**What to do:**
Only one stretch of the data is wanted: the line containing "e36 v34 v33 LINE", the line containing "e42 v35 v36 LINE", and every line between them, copied exactly.

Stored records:
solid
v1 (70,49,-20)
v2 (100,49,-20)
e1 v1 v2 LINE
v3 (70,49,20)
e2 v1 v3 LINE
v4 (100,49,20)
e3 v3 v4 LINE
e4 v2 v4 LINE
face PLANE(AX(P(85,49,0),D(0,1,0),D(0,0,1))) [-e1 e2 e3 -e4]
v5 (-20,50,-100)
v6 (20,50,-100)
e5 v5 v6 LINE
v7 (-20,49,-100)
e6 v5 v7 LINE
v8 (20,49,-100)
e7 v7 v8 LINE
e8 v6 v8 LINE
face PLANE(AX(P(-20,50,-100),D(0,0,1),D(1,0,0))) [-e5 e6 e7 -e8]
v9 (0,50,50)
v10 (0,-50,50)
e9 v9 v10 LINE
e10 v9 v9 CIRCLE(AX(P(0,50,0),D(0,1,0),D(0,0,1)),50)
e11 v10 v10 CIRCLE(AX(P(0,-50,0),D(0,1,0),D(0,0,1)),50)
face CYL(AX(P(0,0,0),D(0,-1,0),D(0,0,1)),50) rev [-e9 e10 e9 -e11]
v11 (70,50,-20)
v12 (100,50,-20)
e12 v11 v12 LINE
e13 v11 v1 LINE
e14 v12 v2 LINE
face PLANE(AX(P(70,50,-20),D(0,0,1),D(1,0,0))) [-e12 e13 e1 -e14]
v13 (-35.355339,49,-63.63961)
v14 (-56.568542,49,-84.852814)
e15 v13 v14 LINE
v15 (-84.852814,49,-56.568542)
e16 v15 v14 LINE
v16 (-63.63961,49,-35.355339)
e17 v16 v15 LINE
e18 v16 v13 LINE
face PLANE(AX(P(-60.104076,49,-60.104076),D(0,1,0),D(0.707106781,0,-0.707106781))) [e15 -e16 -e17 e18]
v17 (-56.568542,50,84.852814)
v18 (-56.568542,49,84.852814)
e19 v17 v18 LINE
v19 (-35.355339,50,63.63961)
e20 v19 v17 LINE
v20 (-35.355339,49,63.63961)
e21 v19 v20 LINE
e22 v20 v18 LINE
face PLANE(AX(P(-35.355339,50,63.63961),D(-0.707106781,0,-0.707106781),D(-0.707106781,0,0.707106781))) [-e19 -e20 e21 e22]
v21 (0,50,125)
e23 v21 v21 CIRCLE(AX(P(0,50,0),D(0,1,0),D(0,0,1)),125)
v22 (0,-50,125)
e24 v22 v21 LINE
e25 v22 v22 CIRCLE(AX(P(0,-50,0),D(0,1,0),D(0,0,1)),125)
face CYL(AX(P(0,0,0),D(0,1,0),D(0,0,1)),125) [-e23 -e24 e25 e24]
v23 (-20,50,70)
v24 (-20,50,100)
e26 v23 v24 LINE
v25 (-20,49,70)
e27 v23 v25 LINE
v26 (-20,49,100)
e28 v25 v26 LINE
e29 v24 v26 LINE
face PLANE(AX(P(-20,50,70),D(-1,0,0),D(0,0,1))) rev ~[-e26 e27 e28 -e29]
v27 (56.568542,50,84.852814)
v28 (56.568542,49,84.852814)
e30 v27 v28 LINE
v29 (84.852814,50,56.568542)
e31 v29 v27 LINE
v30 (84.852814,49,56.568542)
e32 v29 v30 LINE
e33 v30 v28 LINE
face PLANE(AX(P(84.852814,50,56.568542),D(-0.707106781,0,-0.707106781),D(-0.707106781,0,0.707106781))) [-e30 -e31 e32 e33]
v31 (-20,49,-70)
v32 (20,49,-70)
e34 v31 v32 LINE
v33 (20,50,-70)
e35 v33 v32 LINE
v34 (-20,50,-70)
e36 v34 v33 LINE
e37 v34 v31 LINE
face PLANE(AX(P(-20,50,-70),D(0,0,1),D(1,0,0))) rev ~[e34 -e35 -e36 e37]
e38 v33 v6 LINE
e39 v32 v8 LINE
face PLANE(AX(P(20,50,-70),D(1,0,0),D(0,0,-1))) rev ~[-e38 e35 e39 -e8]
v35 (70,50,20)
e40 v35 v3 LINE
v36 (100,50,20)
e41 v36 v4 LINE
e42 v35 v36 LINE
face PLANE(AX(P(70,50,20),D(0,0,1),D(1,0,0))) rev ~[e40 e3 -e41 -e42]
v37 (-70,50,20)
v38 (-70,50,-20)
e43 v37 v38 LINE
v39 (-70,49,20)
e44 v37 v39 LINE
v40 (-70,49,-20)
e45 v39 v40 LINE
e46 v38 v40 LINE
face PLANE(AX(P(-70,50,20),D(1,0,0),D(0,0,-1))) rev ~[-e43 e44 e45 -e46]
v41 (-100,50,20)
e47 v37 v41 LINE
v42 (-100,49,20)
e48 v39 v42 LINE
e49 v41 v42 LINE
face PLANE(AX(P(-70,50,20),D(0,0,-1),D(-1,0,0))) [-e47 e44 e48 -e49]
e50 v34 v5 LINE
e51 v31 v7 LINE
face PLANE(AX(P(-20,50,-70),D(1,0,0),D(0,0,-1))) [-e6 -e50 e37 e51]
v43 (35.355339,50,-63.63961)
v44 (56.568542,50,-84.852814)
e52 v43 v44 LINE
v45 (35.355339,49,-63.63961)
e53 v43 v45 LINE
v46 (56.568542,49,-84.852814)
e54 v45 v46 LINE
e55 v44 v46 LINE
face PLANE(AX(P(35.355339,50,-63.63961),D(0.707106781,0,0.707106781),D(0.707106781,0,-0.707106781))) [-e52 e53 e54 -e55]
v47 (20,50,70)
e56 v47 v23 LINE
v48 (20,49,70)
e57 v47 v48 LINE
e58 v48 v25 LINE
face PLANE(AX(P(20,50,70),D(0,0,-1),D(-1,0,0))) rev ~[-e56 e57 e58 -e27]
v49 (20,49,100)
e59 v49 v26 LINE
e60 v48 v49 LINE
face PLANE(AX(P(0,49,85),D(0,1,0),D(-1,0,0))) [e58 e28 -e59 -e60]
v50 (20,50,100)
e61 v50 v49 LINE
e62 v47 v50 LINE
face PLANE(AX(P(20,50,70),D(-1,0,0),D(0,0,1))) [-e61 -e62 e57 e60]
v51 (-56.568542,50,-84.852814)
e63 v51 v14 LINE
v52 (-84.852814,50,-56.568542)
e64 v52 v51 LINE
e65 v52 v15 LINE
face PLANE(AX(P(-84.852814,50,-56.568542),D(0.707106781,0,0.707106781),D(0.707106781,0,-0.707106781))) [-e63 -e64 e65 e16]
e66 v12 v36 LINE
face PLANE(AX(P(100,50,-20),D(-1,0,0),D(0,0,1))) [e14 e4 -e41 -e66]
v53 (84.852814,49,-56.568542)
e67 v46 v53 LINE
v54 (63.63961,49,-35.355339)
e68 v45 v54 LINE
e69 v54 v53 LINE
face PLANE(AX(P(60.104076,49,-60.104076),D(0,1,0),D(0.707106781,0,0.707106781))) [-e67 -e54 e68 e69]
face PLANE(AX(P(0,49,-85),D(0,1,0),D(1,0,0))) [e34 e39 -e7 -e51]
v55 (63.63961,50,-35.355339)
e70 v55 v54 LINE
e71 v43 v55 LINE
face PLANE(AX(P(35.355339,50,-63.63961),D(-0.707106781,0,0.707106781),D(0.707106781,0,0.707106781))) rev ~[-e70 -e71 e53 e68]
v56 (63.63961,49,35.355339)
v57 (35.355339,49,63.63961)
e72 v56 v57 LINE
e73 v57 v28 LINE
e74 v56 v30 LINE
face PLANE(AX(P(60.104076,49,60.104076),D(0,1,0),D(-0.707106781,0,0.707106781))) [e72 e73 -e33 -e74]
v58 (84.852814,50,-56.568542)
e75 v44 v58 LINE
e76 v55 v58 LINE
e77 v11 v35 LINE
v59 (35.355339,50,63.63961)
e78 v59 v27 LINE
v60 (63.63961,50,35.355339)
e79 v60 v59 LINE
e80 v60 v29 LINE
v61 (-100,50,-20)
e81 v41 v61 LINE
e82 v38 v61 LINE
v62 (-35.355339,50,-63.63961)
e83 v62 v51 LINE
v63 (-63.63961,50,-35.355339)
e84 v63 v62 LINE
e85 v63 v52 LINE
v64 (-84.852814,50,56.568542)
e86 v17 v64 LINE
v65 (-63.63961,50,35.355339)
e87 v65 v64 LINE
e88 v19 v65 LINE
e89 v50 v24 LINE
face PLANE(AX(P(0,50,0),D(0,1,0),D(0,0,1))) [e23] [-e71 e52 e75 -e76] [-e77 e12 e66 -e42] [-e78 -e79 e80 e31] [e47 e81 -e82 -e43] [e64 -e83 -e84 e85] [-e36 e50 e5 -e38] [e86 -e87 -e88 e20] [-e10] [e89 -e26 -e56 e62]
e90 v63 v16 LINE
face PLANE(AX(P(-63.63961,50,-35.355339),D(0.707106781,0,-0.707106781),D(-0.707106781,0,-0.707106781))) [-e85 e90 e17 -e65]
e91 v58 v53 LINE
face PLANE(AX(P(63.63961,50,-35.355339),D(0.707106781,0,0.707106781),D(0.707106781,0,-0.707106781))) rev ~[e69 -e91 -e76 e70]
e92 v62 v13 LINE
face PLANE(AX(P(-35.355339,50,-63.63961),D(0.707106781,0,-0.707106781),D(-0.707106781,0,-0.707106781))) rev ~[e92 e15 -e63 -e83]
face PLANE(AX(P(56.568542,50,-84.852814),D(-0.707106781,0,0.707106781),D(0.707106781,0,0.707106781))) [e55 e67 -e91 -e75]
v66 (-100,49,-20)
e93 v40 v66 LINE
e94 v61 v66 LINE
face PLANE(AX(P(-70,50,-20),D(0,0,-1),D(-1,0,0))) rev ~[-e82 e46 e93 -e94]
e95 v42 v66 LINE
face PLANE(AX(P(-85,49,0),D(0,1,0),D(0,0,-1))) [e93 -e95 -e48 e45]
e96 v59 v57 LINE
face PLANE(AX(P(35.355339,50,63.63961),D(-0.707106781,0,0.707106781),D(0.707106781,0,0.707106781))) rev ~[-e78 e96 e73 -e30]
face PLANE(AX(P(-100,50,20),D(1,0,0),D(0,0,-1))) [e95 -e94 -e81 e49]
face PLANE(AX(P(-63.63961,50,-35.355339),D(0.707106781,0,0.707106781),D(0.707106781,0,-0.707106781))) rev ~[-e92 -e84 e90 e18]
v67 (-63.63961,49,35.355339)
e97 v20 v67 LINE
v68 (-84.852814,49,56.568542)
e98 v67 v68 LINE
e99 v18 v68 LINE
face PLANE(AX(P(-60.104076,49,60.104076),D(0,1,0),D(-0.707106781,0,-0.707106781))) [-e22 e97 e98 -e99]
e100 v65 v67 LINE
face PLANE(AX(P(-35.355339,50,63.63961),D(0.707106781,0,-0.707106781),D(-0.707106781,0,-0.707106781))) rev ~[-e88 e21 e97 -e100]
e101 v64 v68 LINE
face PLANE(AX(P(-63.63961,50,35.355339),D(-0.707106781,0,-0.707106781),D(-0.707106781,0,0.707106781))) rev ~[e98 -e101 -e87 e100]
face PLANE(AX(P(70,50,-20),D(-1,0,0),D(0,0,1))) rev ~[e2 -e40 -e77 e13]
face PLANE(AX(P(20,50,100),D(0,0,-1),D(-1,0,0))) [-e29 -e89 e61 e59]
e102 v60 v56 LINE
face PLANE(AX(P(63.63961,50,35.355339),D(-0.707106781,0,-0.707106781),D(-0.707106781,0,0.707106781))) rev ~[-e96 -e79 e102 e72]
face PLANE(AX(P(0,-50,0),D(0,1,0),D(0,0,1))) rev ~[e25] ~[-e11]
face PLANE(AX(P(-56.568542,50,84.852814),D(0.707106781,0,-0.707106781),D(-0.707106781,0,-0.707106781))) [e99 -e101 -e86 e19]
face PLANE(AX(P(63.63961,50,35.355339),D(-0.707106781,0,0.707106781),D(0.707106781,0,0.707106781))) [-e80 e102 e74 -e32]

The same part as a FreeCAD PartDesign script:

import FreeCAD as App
import Part
import Sketcher
from FreeCAD import Vector
Q = App.Units.Quantity

doc = App.newDocument("Part")
body = doc.addObject("PartDesign::Body", "Body")

# Sketch on XZ plane
sketch1 = body.newObject("Sketcher::SketchObject", "Sketch")
sketch1.AttachmentSupport = (doc.getObject("XZ_Plane"), [""])
sketch1.MapMode = "FlatFace"
sketch1.addGeometry(Part.Circle(Vector(0, 0, 0), Vector(0, 0, 1), 125), False)
sketch1.addGeometry(Part.Circle(Vector(0, 0, 0), Vector(0, 0, 1), 50), False)
sketch1.addConstraint(Sketcher.Constraint("Coincident", 0, 3, -1, 1))
sketch1.addConstraint(Sketcher.Constraint("Coincident", 1, 3, -1, 1))
sketch1.addConstraint(Sketcher.Constraint("Diameter", 0, Q("250 mm")))
sketch1.addConstraint(Sketcher.Constraint("Diameter", 1, Q("100 mm")))
pad1 = body.newObject("PartDesign::Pad", "Pad")
pad1.Profile = sketch1
pad1.Length = 100
pad1.Midplane = True

# Sketch on XZ plane
sketch2 = body.newObject("Sketcher::SketchObject", "Sketch001")
sketch2.AttachmentSupport = (doc.getObject("XZ_Plane"), [""])
sketch2.MapMode = "FlatFace"
sketch2.AttachmentOffset = App.Placement(Vector(0, 0, -50), App.Rotation())
sketch2.addGeometry(Part.LineSegment(Vector(-20, -100, 0), Vector(-20, -70, 0)), False)
sketch2.addGeometry(Part.LineSegment(Vector(-20, -70, 0), Vector(20, -70, 0)), False)
sketch2.addGeometry(Part.LineSegment(Vector(20, -70, 0), Vector(20, -100, 0)), False)
sketch2.addGeometry(Part.LineSegment(Vector(20, -100, 0), Vector(-20, -100, 0)), False)
sketch2.addConstraint(Sketcher.Constraint("Coincident", 0, 2, 1, 1))
sketch2.addConstraint(Sketcher.Constraint("Coincident", 1, 2, 2, 1))
sketch2.addConstraint(Sketcher.Constraint("Coincident", 2, 2, 3, 1))
sketch2.addConstraint(Sketcher.Constraint("Coincident", 3, 2, 0, 1))
sketch2.addConstraint(Sketcher.Constraint("Vertical", 0))
sketch2.addConstraint(Sketcher.Constraint("Horizontal", 1))
sketch2.addConstraint(Sketcher.Constraint("Vertical", 2))
sketch2.addConstraint(Sketcher.Constraint("Horizontal", 3))
sketch2.addConstraint(Sketcher.Constraint("DistanceX", 1, 1, 1, 2, Q("40 mm")))
sketch2.addConstraint(Sketcher.Constraint("DistanceY", 0, 1, 0, 2, Q("30 mm")))
sketch2.addConstraint(Sketcher.Constraint("DistanceX", 0, 2, -1, 1, Q("20 mm")))
sketch2.addConstraint(Sketcher.Constraint("DistanceY", 0, 2, -1, 1, Q("70 mm")))
pocket1 = body.newObject("PartDesign::Pocket", "Pocket")
pocket1.Profile = sketch2
pocket1.Length = 1
pocket1.Reversed = True
doc.recompute()

polarpattern = body.newObject("PartDesign::PolarPattern", "PolarPattern")
polarpattern.Originals = [pocket1]
polarpattern.Axis = (doc.getObject("Y_Axis"), [""])
polarpattern.Angle = 360
polarpattern.Occurrences = 8
body.Tip = polarpattern

doc.recompute()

**Answer to this exercise:**
e36 v34 v33 LINE
e37 v34 v31 LINE
face PLANE(AX(P(-20,50,-70),D(0,0,1),D(1,0,0))) rev ~[e34 -e35 -e36 e37]
e38 v33 v6 LINE
e39 v32 v8 LINE
face PLANE(AX(P(20,50,-70),D(1,0,0),D(0,0,-1))) rev ~[-e38 e35 e39 -e8]
v35 (70,50,20)
e40 v35 v3 LINE
v36 (100,50,20)
e41 v36 v4 LINE
e42 v35 v36 LINE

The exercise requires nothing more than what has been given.